I recently had the pleasure to meet lots of fellow PhD students and post-docs that come to a point in their research when they realize they desperately need some computer programming skills. Excel just isn’t working when you have huge amounts of data from your experiments or when you are fishing for new patterns and motifs.
Everyone shares a similar story. They started off with a book or a tutorial on R or Matlab and it all just was so confusing they lost their patience, motivation and got depressed. First of all, of course, don’t give up! We’ve all been there trying to make this stupid computer read our mind and do what we want it to do. The key to learn to use programming in your research is to start off with baby steps and never lose curiosity.
Programming is not only a useful tool for your great science ideas, it is also fun!
Here is a strategy I propose to you, my dear fellow biologist, who wants to learn to code:
1. So, let’s quizz your skills a little bit. I’m assuming you do well in math and you sleep with a book on Statistics under your pillow. So we got that covered.
Now, do you know how to use the command line to check what files are in your “Documents” directory, for example? Or have you perhaps taken a programming course at school in any programming language? If so, skip to the next step!
Otherwise, don’t worry and enjoy the power of Khan Academy programming basics tutorial. It will make you more familiar with variables, comments, functions and all other basic elements you are going to have in any programming language you will use in your work.
Try to go through a fun exercise, how about drawing this tree:
with code! See how it’s done here.
2. Now it’s time to get to some serious business and go through this course on Udacity: Intro to Computer Science.

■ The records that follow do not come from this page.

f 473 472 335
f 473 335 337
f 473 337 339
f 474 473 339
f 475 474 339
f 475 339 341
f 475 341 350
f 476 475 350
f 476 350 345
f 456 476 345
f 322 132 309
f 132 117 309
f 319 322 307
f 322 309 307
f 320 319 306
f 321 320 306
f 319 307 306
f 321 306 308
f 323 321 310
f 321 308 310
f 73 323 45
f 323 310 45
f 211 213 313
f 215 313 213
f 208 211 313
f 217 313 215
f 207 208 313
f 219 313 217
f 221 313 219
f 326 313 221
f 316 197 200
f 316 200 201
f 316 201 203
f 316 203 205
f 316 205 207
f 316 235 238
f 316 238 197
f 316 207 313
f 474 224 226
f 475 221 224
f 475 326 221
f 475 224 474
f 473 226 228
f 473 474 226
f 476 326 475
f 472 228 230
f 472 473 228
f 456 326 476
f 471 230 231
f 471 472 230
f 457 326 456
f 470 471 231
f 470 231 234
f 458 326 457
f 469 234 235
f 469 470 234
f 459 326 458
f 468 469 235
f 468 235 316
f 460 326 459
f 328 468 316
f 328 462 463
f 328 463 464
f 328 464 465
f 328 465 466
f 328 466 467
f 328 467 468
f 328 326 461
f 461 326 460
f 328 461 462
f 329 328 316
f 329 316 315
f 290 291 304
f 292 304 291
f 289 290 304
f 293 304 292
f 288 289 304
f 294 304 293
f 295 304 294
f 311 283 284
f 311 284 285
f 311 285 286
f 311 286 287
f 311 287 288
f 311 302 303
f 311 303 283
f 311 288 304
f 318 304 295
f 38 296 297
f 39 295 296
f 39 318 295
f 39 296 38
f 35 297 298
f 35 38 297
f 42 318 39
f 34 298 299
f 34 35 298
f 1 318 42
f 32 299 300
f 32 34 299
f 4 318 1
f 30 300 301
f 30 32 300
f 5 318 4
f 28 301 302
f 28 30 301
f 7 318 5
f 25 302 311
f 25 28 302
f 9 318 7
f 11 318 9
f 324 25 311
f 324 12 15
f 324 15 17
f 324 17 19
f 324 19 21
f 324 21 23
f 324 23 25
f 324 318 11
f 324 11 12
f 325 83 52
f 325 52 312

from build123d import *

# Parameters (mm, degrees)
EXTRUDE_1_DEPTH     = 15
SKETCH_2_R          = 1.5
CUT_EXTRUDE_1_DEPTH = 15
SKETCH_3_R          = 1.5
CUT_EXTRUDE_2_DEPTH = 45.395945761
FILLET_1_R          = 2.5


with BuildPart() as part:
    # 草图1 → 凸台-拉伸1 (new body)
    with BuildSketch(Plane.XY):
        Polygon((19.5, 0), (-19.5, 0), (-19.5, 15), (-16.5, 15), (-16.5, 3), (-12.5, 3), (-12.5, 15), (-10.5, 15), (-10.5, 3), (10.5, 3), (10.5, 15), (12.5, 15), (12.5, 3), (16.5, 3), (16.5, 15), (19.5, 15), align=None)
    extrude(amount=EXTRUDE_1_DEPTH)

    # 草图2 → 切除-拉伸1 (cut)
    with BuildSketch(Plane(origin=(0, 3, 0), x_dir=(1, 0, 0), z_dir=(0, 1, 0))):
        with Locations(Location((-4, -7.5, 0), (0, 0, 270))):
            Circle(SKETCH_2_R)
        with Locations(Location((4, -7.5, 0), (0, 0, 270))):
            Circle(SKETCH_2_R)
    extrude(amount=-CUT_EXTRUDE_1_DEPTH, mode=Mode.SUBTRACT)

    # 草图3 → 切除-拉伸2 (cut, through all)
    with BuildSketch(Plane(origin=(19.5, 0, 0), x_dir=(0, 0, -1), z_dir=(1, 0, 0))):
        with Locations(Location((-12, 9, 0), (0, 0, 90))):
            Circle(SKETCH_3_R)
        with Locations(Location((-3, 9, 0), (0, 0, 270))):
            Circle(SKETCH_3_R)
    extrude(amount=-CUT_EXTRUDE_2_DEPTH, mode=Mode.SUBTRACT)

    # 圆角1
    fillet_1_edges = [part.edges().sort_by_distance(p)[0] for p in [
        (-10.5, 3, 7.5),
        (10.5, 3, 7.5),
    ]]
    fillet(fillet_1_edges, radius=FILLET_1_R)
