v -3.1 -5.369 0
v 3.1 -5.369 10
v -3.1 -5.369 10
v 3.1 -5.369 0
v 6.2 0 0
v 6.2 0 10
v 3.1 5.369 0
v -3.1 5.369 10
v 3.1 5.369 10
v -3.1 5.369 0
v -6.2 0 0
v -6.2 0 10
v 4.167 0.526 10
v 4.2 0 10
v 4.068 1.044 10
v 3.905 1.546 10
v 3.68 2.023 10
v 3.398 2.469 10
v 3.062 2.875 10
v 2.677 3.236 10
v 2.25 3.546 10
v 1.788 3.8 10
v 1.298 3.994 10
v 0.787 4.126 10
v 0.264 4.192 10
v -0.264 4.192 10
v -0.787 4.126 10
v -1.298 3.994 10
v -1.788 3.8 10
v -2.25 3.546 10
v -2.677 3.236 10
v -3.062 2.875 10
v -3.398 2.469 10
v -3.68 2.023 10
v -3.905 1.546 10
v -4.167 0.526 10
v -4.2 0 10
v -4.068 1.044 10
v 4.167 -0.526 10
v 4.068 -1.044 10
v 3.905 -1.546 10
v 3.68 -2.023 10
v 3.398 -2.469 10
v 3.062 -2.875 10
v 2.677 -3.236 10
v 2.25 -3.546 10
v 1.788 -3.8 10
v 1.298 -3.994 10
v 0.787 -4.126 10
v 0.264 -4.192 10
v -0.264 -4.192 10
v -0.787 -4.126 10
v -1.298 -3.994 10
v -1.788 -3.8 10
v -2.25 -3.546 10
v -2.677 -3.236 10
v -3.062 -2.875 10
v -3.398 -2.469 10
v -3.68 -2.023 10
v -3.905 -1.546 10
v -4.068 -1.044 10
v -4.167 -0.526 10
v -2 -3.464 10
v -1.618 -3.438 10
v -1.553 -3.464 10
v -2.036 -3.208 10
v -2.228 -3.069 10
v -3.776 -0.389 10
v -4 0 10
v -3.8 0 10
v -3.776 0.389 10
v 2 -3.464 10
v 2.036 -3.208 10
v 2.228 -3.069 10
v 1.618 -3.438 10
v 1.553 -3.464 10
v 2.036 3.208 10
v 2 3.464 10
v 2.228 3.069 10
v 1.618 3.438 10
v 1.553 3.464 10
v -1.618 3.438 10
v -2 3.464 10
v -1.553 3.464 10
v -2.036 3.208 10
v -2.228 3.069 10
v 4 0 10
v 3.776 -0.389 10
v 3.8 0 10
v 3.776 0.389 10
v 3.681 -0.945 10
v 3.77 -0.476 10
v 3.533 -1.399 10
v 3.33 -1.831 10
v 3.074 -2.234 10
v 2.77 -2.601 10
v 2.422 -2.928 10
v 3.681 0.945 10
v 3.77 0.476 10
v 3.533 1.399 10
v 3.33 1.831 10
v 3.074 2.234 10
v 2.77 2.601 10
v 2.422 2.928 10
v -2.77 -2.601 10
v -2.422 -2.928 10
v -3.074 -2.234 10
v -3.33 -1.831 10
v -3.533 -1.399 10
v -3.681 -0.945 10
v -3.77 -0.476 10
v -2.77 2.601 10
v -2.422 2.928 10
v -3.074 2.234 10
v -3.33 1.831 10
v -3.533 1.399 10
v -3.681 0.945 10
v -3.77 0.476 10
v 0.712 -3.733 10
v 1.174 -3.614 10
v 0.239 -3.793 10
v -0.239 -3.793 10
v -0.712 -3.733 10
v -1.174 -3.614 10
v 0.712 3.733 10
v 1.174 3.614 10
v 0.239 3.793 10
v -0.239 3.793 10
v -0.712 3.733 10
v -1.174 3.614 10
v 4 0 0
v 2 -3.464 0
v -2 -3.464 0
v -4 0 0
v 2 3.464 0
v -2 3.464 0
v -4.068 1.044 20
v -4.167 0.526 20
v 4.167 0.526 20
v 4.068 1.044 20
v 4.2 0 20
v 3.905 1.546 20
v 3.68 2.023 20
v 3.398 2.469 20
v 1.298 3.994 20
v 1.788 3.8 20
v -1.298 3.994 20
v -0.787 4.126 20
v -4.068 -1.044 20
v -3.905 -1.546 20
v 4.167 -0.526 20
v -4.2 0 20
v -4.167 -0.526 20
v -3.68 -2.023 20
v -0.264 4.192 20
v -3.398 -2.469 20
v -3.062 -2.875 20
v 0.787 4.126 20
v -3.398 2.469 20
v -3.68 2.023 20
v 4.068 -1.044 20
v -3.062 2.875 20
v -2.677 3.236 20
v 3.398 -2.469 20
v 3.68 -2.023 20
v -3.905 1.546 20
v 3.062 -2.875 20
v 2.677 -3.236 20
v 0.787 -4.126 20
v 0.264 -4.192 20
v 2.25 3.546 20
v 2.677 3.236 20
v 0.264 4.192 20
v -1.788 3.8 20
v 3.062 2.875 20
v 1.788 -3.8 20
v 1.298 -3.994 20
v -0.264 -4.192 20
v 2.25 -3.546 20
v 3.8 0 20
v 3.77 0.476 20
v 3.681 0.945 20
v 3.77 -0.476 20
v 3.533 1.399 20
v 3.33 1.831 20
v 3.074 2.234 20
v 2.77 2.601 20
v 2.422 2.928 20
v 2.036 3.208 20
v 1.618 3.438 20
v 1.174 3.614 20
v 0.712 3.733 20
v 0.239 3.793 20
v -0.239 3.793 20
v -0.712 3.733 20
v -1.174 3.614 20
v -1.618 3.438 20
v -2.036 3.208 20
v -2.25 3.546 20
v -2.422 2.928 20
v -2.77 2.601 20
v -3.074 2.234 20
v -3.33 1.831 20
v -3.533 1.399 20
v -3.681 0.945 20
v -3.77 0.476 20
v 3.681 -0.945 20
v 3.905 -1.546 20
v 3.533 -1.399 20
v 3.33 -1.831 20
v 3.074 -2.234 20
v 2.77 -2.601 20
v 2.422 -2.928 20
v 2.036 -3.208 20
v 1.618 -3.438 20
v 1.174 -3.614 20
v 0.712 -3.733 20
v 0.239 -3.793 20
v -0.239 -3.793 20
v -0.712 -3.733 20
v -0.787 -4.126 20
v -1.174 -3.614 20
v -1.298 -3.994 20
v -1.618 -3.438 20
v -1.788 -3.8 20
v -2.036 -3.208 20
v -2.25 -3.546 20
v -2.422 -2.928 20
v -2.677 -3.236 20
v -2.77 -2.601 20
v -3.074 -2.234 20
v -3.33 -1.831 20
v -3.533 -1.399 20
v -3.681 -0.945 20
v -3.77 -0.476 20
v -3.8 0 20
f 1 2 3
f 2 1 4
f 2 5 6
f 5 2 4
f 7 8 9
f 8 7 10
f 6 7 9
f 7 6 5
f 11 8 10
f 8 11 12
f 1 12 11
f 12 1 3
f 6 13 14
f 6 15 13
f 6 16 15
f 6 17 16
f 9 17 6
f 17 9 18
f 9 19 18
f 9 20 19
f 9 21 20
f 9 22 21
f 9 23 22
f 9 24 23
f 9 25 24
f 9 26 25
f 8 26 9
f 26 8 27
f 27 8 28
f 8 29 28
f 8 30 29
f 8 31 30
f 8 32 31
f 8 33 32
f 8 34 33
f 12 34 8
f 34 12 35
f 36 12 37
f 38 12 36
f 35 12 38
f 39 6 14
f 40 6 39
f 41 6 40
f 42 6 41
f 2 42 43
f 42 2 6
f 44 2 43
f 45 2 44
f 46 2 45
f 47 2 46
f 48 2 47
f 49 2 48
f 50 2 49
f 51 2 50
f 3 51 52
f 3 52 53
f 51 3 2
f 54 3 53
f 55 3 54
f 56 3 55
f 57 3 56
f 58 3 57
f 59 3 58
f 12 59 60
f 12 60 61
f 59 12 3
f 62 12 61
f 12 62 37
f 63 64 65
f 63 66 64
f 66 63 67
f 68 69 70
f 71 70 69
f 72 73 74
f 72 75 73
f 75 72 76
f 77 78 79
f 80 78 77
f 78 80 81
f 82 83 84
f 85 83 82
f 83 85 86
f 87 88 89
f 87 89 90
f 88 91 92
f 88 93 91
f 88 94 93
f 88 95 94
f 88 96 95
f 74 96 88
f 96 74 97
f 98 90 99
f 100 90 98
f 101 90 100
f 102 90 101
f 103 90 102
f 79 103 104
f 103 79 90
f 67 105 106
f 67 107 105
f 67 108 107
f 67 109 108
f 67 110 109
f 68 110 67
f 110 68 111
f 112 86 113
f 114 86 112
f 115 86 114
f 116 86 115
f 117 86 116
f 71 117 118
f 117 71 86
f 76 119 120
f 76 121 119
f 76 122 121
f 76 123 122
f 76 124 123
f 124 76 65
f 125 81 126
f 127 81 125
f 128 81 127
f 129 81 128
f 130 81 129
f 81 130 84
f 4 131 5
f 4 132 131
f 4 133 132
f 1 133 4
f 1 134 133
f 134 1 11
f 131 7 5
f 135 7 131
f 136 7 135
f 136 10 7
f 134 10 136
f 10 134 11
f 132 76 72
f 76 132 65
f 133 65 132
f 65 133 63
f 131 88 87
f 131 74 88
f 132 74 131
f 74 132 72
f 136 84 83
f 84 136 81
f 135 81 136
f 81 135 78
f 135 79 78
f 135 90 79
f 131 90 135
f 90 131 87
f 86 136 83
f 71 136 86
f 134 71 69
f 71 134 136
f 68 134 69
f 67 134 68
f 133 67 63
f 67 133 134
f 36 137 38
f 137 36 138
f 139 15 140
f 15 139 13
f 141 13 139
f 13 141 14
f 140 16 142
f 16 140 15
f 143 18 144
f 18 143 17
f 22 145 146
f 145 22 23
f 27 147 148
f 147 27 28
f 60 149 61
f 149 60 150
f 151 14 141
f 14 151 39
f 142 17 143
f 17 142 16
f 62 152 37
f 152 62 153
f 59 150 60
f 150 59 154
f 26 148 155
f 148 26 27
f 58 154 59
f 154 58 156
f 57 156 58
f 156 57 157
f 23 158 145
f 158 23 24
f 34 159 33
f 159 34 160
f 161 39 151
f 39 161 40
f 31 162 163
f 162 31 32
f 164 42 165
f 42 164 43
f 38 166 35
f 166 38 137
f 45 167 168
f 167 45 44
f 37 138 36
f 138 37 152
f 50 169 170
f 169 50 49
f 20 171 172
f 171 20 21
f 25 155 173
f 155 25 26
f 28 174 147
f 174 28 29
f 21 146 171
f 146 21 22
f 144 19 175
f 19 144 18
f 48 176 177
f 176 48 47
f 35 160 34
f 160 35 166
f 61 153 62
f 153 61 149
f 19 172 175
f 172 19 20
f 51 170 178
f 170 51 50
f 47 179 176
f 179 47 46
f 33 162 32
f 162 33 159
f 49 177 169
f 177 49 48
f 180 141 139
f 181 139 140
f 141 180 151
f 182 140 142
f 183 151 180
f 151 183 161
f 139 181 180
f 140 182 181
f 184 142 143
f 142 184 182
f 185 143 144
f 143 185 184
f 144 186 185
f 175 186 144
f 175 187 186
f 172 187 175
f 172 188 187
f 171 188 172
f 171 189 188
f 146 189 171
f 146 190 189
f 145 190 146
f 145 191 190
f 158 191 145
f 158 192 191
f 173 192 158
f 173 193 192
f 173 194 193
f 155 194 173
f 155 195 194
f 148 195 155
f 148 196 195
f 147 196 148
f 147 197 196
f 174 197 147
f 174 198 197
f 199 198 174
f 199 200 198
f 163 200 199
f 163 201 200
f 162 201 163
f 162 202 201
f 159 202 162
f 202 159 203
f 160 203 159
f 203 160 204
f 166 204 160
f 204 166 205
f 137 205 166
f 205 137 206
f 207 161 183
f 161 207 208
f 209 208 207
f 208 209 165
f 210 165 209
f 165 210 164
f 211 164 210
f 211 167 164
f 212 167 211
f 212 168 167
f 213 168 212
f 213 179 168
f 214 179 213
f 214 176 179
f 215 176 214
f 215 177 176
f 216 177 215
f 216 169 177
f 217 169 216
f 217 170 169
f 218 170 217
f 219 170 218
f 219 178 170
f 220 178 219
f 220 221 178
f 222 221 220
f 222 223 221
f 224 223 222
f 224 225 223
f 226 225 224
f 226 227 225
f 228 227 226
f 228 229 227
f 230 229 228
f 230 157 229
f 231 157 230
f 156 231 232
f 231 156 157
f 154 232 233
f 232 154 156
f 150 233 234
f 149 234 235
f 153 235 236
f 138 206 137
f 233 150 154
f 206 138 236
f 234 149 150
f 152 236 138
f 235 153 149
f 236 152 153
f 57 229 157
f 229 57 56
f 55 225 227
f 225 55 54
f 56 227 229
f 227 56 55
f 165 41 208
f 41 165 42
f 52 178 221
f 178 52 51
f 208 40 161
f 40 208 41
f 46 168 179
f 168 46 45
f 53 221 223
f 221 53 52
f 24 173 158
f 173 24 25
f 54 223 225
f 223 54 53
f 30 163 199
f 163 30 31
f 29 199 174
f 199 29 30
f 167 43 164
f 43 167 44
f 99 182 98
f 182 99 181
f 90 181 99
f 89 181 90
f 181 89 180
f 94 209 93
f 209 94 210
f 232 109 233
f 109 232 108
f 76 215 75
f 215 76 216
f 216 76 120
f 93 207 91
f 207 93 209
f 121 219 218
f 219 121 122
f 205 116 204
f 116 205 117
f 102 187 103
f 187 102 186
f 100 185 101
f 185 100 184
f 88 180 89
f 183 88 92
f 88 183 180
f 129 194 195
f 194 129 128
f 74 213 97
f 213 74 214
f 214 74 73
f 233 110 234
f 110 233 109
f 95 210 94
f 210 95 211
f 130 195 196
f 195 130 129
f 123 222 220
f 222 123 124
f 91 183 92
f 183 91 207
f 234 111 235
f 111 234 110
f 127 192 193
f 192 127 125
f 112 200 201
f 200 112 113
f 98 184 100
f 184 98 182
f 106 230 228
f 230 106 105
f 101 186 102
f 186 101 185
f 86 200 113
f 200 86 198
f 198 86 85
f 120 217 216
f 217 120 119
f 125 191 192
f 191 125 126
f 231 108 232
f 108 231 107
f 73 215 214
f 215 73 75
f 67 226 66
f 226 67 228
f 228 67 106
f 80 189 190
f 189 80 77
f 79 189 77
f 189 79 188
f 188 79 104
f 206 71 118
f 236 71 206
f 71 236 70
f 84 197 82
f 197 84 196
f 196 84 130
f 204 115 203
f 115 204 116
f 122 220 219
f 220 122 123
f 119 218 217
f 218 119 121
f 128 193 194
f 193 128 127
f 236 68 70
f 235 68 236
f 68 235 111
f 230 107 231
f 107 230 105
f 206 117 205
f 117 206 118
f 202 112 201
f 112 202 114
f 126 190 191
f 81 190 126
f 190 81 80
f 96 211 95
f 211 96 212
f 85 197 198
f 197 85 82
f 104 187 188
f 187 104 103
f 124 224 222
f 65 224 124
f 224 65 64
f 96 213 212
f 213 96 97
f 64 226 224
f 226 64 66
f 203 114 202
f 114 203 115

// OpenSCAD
OUTER_DIA = 12.4;
INNER_DIA = 8;

BEARING_INNER_DIA = 7.6;
BEARING_OUTER_DIA = 8.4;

HEIGHT = 10;
BEARING_HEIGHT = 10;

$fn = 50;

union() {
  difference() {
    cylinder(d = OUTER_DIA, h = HEIGHT, $fn = 6);
    cylinder(d = INNER_DIA, h = HEIGHT, $fn = 6);
  }
  translate([0, 0, HEIGHT])
  difference() {
    cylinder(d = BEARING_OUTER_DIA, h = BEARING_HEIGHT);
    cylinder(d = BEARING_INNER_DIA, h = BEARING_HEIGHT);
  }
}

The most important thing on this step is to learn how to learn things on your own. No one remembers all the commands by heart, but a good programmer knows where to find them! How to search for the function you need, how to debug your program and find errors, how to read documentation. Another important thing is to understand how a typical program you are going to write works. Say, you probably have your data in a file in some sort of format. Your program will need to read it, parse it into a representative data structure (what would that be? a table? a graph? a list of numbers?), then perform some analysis and output the result as a plot or another data structure. Keep it in mind when you’ll go through the course material.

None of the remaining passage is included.